Revision as of 14:27, 6 November 2025

The following problem is from both the 2025 AMC 10A #1 and 2025 AMC 12A #1, so both problems redirect to this page.

Problem

Andy and Betsy both live in Mathville. Andy leaves Mathville on his bicycle at $1:30$, traveling due northat a steady $8$ mile per hour. Betsy leaves on her bicycle from the same point at $2:30$, traveling due east at a steady $12$ miles per hour. At what time will they be exactly the same distance from their common starting point?

$\textbf{(A) } {3:30}\qquad\textbf{(B) } {3:45}\qquad\textbf{(C) } {4:00}\qquad\textbf{(D) } {4:15}\qquad\textbf{(E) } {4:30}$

Solution 1

We can see that Betsy travles 1 hour after Andy started. We have $lcm(8, 12)=24$ now we can find the time traveled \(\frac{24}{8} = 3 \text{ hours}\)

Now we have time \(1{:}30 + 3{:}00 = \boxed{\textbf{(E) } 4{:}30}\)

-Boywithnuke(Goal: 10 followers)

Solution 2

$h$ hours after Betsy left, Andy has traveled $8(h+1)$ miles, and Betsy has traveled $12h$ miles. We are told these are equal, so $8h+8=12h$. Solving, we get $h=2$, so Andy and Betsy will be exactly the same distance from their common starting point two hours after Betsy leaves, or $\text{(E) }4:30$.

~mithu542

Solution 3

We can just use all the answer choices that we are given.

Let's use casework for each of the answers:

At 3:30, Andy will have gone 2*8=16 miles. Betsy will have gone 1*12=12 miles. At 3:45, we can just add the distance each of them goes in 1/4 hours. Therefore, Andy goes 18 miles, and Betsy goes 15 miles. At 4:00, we see from the same logic that Andy has gone 20 miles, and Betsy has gone 18 miles. At 4:15 we see that Andy has gone 22 miles, and Betsy has gone 21 miles. At E, 4:30, we see that both Andy and Betsy have gone 24 miles.

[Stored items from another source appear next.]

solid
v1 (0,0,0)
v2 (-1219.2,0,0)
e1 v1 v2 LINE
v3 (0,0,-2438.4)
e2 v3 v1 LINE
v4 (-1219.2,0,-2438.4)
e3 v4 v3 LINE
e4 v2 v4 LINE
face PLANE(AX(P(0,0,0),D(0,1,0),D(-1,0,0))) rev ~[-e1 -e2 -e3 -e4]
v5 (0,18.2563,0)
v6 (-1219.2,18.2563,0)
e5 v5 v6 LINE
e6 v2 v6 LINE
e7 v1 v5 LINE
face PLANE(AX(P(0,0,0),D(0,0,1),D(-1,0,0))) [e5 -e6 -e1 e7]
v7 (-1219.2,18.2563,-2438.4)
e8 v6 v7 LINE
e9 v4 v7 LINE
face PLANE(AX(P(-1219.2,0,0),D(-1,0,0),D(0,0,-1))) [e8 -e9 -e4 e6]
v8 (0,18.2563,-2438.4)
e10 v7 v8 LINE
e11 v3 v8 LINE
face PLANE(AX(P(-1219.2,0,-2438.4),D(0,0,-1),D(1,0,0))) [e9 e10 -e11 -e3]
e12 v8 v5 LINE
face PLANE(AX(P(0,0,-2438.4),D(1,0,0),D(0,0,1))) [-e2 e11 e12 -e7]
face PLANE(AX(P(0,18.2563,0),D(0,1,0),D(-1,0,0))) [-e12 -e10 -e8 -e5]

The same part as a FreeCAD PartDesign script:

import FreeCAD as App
import Part
import Sketcher
from FreeCAD import Vector
Q = App.Units.Quantity

doc = App.newDocument("Part")
body = doc.addObject("PartDesign::Body", "Body")

sketch1 = body.newObject("Sketcher::SketchObject", "Sketch")
sketch1.AttachmentSupport = (doc.getObject("XZ_Plane"), [""])
sketch1.MapMode = "FlatFace"
sketch1.addGeometry([
    Part.LineSegment(Vector(-1219, 0, 0), Vector(0, 0, 0)),
    Part.LineSegment(Vector(0, 0, 0), Vector(0, -2438, 0)),
    Part.LineSegment(Vector(0, -2438, 0), Vector(-1219, -2438, 0)),
    Part.LineSegment(Vector(-1219, -2438, 0), Vector(-1219, 0, 0)),
], False)
sketch1.addConstraint([
    Sketcher.Constraint("Coincident", 0, 2, 1, 1),
    Sketcher.Constraint("Coincident", 1, 2, 2, 1),
    Sketcher.Constraint("Coincident", 2, 2, 3, 1),
    Sketcher.Constraint("Coincident", 3, 2, 0, 1),
    Sketcher.Constraint("Horizontal", 0),
    Sketcher.Constraint("Vertical", 1),
    Sketcher.Constraint("Horizontal", 2),
    Sketcher.Constraint("Vertical", 3),
    Sketcher.Constraint("Coincident", 0, 2, -1, 1),
    Sketcher.Constraint("DistanceX", 0, 1, 0, 2, Q("48 in")),
    Sketcher.Constraint("DistanceY", 1, 2, 1, 1, Q("96 in")),
])
pad1 = body.newObject("PartDesign::Pad", "Pad")
pad1.Profile = sketch1
pad1.Length = Q("0.718752 in")
pad1.Reversed = True

doc.recompute()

No we see that $\text{(E) }4:30$. is the correct answer.

~vgarg

Solution 4

We can see that at $2:30$, Andy will be $8$ miles ahead. For every hour that they both travel, Betsy will gain $4$ miles on $Andy$. Therefore, it will take $2$ more hours for Betsy to catch up, and they will be at the same point at $\text{(E) }4:30$.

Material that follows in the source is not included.